#### EXERCISE INSTRUCTIONS
Consider the listing below. Extract exactly the lines from the line containing "f 81 434 435" to the line containing "f 298 101 282", both included.

#### MATERIAL PROVIDED

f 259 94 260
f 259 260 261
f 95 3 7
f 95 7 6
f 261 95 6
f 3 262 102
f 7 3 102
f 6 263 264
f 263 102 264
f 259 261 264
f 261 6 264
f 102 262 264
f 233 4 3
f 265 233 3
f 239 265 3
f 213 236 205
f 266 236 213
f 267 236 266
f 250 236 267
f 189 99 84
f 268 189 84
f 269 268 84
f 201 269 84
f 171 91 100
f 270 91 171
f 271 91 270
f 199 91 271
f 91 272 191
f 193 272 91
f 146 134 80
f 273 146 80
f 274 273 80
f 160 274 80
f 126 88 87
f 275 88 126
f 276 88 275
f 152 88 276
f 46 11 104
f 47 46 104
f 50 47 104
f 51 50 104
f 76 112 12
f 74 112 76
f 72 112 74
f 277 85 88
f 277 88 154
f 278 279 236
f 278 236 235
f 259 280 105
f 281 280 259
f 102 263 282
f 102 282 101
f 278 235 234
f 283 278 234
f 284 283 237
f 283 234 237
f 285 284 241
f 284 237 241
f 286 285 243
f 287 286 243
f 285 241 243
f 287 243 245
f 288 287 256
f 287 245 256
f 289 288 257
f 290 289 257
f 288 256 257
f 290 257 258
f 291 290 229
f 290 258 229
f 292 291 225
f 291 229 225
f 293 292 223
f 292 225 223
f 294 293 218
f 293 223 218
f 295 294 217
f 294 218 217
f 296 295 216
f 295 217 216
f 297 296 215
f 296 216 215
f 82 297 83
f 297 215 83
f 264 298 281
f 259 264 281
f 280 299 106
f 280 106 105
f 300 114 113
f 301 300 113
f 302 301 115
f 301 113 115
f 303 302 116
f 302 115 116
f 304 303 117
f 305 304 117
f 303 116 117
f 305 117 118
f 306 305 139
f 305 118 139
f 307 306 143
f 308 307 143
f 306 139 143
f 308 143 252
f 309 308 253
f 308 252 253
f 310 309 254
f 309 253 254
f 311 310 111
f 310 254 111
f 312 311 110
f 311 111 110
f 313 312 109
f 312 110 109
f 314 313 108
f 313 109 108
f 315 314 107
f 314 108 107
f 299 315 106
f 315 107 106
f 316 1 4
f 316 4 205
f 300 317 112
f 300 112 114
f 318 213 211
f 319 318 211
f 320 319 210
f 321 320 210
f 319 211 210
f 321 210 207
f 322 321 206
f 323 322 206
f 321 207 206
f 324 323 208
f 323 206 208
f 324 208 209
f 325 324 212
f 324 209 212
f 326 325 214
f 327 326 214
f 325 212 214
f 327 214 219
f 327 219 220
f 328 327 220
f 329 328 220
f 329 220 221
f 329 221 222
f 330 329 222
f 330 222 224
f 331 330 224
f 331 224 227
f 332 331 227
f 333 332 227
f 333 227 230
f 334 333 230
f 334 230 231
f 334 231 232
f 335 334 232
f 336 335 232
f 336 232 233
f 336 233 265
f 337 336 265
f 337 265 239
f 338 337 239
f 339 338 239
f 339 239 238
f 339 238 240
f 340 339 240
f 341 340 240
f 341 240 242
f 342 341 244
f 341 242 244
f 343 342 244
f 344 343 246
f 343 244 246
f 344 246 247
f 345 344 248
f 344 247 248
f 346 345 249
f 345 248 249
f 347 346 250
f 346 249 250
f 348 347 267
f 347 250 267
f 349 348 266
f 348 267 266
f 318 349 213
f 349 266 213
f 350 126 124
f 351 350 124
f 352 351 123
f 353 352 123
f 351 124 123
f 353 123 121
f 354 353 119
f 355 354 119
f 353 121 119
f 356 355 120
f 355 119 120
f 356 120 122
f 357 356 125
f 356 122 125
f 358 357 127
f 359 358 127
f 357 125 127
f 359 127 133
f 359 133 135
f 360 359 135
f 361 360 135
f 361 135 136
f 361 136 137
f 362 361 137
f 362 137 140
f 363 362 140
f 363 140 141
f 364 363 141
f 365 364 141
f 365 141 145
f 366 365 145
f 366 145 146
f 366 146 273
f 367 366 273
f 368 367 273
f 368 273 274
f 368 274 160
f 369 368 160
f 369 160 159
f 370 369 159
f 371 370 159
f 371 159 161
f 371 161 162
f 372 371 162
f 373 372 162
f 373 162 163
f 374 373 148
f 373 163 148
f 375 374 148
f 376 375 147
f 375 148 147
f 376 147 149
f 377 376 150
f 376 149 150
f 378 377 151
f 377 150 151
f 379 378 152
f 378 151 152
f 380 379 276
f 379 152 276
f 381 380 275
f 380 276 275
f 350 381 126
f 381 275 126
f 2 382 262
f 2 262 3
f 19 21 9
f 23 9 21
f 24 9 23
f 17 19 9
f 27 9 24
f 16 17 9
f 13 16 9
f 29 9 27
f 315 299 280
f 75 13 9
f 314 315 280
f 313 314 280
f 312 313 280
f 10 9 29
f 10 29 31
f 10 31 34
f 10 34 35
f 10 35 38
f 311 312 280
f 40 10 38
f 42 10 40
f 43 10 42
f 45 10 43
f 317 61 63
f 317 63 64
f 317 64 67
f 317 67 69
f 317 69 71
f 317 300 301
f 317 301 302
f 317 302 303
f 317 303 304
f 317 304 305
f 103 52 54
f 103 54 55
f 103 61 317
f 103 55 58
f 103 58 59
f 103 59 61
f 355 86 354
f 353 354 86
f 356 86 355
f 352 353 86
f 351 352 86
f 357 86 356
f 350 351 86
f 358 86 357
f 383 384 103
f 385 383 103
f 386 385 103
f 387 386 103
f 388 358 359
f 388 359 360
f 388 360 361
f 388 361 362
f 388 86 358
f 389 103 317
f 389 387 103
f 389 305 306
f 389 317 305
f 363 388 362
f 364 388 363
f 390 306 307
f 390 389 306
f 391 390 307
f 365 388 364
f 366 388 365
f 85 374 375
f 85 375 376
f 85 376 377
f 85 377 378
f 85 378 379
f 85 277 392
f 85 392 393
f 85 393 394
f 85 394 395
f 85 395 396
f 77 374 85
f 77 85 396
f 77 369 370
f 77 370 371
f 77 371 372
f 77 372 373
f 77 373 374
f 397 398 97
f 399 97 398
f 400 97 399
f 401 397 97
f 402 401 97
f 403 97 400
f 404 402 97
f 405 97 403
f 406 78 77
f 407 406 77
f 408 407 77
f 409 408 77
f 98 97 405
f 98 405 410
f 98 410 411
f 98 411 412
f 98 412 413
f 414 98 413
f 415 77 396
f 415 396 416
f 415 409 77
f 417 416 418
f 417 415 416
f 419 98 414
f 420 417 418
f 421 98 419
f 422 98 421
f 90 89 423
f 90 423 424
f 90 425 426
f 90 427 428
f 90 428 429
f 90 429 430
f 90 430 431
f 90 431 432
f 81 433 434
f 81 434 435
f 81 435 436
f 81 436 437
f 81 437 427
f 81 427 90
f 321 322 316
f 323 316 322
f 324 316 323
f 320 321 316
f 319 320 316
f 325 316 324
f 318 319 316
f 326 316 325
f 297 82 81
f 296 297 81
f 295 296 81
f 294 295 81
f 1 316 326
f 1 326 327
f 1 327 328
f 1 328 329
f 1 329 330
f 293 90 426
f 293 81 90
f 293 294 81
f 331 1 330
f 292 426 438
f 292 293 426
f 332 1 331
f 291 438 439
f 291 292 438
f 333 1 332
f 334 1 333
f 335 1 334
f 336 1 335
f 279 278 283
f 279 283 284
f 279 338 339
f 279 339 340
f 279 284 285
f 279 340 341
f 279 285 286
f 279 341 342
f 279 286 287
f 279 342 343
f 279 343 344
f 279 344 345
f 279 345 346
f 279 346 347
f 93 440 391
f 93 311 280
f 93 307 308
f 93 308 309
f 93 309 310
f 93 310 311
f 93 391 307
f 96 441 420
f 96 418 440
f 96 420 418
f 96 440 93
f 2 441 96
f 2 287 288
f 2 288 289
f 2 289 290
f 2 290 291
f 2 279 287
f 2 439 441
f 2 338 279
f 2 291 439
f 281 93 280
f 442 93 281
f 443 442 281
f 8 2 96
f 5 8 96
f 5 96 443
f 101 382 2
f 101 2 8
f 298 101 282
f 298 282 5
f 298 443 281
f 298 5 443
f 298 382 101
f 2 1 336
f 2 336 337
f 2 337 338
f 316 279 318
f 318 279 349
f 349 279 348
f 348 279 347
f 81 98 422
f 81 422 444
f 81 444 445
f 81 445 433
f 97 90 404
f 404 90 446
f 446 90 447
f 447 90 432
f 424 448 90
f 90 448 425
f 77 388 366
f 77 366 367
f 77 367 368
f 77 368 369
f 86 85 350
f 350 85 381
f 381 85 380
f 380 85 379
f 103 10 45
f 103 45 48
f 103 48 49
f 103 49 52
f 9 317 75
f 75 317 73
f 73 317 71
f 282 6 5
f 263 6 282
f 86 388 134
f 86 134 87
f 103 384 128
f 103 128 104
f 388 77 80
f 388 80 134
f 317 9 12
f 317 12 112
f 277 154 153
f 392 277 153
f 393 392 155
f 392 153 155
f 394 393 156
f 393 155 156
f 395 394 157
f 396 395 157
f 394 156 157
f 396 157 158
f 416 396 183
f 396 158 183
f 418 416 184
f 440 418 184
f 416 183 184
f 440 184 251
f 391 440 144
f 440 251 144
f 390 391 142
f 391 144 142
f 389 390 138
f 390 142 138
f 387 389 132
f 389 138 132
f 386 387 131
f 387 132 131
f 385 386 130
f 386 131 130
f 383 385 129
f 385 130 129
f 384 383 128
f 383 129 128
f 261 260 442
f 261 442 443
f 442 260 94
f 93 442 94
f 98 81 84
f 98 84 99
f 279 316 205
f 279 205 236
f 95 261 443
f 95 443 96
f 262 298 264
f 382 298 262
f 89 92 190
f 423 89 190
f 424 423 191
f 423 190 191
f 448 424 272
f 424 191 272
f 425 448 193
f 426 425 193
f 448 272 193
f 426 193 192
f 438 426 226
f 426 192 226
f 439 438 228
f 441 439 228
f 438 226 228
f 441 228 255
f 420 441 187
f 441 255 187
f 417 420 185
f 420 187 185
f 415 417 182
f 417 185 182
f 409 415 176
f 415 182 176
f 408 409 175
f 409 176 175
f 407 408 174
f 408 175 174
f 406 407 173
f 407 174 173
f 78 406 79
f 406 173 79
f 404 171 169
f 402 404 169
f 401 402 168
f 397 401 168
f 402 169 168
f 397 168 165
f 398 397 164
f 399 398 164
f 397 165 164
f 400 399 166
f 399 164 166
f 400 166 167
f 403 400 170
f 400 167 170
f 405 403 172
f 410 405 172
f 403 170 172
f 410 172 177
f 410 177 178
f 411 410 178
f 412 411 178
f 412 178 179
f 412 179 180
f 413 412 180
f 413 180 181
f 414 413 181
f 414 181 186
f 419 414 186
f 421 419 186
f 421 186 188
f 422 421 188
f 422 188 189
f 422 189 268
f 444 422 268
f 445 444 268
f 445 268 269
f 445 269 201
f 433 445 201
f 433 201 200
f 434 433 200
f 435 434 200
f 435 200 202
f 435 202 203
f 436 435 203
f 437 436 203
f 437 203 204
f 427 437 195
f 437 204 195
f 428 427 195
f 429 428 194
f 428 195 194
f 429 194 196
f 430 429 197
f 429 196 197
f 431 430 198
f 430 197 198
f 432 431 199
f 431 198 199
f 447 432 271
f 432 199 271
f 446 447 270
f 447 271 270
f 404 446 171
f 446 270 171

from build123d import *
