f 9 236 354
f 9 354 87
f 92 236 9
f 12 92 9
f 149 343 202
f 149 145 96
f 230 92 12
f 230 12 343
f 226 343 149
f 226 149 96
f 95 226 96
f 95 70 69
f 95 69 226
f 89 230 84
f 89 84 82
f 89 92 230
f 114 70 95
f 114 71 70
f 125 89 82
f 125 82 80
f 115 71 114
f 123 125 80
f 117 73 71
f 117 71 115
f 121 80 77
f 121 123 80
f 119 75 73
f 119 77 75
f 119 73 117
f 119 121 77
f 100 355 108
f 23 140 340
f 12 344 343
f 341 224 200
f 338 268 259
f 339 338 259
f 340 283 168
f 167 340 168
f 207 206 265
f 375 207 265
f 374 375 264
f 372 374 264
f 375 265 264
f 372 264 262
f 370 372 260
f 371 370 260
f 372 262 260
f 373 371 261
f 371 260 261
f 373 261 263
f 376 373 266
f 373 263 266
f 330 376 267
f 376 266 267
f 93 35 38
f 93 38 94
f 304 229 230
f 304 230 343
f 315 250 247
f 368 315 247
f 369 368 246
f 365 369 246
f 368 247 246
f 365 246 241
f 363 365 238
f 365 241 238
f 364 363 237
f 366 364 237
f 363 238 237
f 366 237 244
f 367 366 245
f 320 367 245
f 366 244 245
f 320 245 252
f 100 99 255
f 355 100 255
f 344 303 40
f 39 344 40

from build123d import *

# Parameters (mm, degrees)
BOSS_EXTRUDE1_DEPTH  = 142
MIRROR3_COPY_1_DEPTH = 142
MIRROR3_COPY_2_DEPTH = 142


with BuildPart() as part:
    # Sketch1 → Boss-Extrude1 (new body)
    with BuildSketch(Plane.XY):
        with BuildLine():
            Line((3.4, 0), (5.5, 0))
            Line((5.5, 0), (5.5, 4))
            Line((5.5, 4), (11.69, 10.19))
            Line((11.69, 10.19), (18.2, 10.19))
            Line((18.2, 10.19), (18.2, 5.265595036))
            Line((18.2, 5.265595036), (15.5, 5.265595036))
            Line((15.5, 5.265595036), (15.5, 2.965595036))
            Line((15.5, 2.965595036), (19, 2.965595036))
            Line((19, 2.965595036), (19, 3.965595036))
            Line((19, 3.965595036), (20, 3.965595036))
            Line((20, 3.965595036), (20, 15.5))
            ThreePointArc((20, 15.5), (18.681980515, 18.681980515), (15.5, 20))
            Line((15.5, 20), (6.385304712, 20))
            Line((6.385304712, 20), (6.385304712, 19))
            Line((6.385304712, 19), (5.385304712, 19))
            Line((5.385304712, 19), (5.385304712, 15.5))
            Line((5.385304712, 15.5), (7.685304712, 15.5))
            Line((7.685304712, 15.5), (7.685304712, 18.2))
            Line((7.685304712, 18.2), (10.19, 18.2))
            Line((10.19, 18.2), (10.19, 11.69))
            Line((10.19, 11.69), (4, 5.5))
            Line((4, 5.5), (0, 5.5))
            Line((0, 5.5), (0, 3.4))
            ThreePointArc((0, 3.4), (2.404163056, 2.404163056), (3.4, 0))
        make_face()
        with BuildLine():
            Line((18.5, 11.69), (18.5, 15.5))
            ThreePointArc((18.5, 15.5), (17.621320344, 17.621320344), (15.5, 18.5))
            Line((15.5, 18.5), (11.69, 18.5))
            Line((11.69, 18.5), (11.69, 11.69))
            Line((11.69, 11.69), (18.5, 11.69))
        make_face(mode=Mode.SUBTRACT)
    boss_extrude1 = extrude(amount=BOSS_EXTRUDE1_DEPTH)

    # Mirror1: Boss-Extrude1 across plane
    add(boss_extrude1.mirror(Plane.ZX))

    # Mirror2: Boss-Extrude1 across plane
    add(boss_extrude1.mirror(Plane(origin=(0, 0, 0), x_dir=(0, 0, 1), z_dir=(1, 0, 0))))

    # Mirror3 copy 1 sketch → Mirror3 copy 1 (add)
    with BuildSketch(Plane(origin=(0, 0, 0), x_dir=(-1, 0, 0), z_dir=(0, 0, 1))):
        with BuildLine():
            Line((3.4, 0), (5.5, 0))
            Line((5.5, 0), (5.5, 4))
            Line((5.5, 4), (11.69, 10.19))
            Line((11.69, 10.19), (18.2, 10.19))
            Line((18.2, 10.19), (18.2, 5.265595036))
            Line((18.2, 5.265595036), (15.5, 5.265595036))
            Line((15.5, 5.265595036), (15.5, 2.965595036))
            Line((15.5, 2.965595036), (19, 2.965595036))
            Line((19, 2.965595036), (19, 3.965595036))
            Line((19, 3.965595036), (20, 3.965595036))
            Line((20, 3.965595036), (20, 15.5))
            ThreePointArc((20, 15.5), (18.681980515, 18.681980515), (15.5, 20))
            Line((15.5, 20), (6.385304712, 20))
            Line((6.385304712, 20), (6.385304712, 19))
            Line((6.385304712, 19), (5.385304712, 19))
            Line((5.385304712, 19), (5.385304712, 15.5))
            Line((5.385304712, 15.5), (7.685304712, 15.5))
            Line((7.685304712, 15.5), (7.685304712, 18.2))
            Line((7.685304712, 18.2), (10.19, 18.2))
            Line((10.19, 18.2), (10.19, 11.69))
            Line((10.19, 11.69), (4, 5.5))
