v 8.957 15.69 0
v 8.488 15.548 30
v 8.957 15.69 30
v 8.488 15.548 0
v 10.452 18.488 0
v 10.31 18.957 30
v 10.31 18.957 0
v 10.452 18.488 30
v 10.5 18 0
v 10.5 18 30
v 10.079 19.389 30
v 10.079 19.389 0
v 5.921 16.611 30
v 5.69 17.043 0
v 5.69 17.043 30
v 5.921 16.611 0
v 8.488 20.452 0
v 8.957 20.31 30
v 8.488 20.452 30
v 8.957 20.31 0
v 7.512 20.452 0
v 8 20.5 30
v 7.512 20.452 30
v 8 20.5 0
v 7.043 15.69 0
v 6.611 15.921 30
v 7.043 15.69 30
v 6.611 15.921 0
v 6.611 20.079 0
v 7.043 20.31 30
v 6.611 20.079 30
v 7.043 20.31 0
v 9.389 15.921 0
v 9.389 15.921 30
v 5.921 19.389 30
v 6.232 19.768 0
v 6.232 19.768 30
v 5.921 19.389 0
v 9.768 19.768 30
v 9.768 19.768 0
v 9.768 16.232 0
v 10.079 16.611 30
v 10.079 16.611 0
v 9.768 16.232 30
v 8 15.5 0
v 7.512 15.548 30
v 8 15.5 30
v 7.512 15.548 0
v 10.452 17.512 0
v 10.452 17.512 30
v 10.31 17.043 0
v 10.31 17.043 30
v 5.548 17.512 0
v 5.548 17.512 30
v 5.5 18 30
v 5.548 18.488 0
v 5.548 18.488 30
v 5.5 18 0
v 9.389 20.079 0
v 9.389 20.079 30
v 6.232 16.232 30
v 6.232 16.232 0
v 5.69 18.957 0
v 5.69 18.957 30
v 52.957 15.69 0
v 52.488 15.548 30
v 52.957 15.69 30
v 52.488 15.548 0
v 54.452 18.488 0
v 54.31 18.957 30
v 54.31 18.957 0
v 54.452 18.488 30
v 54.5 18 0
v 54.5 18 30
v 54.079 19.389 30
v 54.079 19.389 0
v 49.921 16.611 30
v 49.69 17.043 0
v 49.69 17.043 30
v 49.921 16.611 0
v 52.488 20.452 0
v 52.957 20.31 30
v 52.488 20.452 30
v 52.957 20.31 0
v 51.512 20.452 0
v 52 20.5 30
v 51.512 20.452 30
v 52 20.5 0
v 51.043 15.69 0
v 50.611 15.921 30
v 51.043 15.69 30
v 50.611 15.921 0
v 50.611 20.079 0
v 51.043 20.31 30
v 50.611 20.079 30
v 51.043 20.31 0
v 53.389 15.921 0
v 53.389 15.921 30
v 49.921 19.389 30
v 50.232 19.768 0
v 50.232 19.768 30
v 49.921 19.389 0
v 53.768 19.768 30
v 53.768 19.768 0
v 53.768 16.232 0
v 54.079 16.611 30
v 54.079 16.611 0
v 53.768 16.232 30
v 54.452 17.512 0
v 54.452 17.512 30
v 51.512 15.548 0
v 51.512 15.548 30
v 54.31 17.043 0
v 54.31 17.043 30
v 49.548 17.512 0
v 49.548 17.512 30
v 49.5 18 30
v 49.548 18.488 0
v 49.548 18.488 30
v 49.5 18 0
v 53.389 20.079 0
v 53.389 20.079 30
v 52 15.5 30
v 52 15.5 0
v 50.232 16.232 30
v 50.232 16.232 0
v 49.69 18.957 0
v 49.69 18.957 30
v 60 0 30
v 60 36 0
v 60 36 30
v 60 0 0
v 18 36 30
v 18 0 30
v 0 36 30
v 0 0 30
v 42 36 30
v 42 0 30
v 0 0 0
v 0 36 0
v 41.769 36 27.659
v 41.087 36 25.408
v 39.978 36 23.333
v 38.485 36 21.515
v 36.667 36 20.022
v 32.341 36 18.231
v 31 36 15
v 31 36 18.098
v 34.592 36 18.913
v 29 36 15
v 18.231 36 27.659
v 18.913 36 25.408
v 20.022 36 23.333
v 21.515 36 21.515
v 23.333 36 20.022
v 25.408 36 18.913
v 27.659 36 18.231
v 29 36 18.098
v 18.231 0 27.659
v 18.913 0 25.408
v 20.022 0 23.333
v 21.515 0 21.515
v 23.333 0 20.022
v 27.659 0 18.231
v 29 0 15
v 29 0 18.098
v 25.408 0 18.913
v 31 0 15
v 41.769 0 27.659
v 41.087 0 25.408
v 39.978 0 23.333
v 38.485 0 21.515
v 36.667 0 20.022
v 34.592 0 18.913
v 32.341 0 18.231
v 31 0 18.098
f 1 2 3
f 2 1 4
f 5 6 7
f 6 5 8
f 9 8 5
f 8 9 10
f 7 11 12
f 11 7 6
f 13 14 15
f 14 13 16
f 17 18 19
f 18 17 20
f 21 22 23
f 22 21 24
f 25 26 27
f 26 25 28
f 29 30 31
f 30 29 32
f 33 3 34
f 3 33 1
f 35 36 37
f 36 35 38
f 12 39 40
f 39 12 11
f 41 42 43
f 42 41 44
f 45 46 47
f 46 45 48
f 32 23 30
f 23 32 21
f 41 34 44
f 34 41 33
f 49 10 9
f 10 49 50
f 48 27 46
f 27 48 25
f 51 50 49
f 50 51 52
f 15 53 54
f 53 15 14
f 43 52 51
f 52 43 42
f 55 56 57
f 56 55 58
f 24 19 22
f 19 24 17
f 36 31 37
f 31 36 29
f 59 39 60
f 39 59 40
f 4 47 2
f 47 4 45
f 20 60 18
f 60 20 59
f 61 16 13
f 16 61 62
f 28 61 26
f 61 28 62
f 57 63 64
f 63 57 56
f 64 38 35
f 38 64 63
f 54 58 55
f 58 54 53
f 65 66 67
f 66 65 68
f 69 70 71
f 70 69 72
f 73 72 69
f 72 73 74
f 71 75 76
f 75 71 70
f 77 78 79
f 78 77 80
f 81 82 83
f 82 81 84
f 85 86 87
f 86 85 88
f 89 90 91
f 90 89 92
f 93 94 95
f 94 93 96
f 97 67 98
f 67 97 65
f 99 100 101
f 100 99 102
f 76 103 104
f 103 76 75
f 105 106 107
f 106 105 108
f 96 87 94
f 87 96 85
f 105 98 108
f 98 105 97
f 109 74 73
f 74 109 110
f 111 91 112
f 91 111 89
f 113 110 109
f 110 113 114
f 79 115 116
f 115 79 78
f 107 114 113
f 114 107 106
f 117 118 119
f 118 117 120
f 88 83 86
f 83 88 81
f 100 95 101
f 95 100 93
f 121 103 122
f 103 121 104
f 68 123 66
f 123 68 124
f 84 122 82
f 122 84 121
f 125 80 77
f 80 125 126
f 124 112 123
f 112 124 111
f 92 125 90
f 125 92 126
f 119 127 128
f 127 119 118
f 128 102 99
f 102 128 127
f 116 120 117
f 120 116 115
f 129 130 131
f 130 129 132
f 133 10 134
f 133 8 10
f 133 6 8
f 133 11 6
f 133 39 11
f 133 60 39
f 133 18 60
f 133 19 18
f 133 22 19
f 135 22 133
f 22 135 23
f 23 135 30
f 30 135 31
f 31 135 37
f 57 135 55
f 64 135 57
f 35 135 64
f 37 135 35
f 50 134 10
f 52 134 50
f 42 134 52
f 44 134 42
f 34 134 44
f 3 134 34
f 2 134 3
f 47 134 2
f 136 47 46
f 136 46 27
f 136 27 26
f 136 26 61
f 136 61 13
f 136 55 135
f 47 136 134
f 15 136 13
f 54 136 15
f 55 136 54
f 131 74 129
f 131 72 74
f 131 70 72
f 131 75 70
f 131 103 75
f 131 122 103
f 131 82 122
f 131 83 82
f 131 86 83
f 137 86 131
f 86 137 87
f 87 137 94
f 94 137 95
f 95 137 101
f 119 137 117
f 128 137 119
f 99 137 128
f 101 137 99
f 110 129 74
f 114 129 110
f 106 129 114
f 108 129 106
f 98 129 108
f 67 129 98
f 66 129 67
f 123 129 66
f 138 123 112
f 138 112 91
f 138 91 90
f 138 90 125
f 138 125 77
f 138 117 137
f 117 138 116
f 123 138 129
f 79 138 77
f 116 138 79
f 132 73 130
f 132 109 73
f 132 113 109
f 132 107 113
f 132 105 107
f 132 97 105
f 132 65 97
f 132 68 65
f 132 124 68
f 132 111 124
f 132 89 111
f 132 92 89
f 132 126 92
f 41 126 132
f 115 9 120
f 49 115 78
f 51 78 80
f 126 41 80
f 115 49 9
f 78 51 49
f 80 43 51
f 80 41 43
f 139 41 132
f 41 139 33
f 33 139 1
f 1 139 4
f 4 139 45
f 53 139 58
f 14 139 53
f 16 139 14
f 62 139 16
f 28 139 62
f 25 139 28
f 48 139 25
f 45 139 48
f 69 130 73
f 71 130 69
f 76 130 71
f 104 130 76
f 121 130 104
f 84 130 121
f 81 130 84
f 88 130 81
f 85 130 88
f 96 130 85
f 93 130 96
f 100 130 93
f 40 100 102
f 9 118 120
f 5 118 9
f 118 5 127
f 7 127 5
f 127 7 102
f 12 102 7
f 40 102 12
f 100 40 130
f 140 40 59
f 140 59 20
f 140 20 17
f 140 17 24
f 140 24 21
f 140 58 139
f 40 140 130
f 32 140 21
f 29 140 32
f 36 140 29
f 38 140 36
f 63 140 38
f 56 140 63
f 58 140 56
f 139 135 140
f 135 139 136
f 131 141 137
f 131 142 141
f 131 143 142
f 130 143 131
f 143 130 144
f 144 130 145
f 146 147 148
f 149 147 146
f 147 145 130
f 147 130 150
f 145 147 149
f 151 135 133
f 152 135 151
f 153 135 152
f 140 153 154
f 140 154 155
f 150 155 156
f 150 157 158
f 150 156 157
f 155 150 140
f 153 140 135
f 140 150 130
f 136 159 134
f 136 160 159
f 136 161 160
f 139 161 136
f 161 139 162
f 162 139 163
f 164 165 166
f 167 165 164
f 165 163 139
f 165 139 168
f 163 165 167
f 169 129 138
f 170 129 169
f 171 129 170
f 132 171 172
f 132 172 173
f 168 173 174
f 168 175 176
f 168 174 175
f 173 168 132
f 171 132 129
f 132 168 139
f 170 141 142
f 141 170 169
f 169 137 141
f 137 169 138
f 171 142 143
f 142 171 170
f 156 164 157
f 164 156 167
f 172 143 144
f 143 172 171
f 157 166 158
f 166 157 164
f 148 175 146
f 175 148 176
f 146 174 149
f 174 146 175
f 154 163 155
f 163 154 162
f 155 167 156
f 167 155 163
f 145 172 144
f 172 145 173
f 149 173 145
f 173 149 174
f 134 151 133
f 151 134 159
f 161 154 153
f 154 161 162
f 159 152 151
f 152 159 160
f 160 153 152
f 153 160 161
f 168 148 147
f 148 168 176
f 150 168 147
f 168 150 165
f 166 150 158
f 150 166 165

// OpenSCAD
$fn = 32;

// ----------------------------------------------------------------------
// Saddle clamp: split shaft clamp
// ----------------------------------------------------------------------

// --- parameters (mm) ---
blk_l = 60;               // block length, X
blk_w = 36;               // block width, Y
blk_h = 30;               // block height
clamp_r = 12;             // shaft groove radius
hole_r = 2.5;             // bolt hole radius
hole_m = 8;               // bolt hole margin from the ends
saw_w = 2;                // saw kerf width

saw_depth = clamp_r + 3;  // saw kerf depth

difference() {
  cube([blk_l, blk_w, blk_h]);
  translate([blk_l / 2, -1, blk_h])
    rotate([-90, 0, 0])
      cylinder(h = blk_w + 2, r = clamp_r);
  for (sx = [0, 1])
    translate([sx ? blk_l - hole_m : hole_m, blk_w / 2, -1])
      cylinder(r = hole_r, h = blk_h + 2);
  translate([blk_l / 2 - saw_w / 2, -1, blk_h - saw_depth])
    cube([saw_w, blk_w + 2, saw_depth + 1]);
}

#### FINISHED TASK
f 81 434 435
f 81 435 436
f 81 436 437
f 81 437 427
f 81 427 90
f 321 322 316
f 323 316 322
f 324 316 323
f 320 321 316
f 319 320 316
f 325 316 324
f 318 319 316
f 326 316 325
f 297 82 81
f 296 297 81
f 295 296 81
f 294 295 81
f 1 316 326
f 1 326 327
f 1 327 328
f 1 328 329
f 1 329 330
f 293 90 426
f 293 81 90
f 293 294 81
f 331 1 330
f 292 426 438
f 292 293 426
f 332 1 331
f 291 438 439
f 291 292 438
f 333 1 332
f 334 1 333
f 335 1 334
f 336 1 335
f 279 278 283
f 279 283 284
f 279 338 339
f 279 339 340
f 279 284 285
f 279 340 341
f 279 285 286
f 279 341 342
f 279 286 287
f 279 342 343
f 279 343 344
f 279 344 345
f 279 345 346
f 279 346 347
f 93 440 391
f 93 311 280
f 93 307 308
f 93 308 309
f 93 309 310
f 93 310 311
f 93 391 307
f 96 441 420
f 96 418 440
f 96 420 418
f 96 440 93
f 2 441 96
f 2 287 288
f 2 288 289
f 2 289 290
f 2 290 291
f 2 279 287
f 2 439 441
f 2 338 279
f 2 291 439
f 281 93 280
f 442 93 281
f 443 442 281
f 8 2 96
f 5 8 96
f 5 96 443
f 101 382 2
f 101 2 8
f 298 101 282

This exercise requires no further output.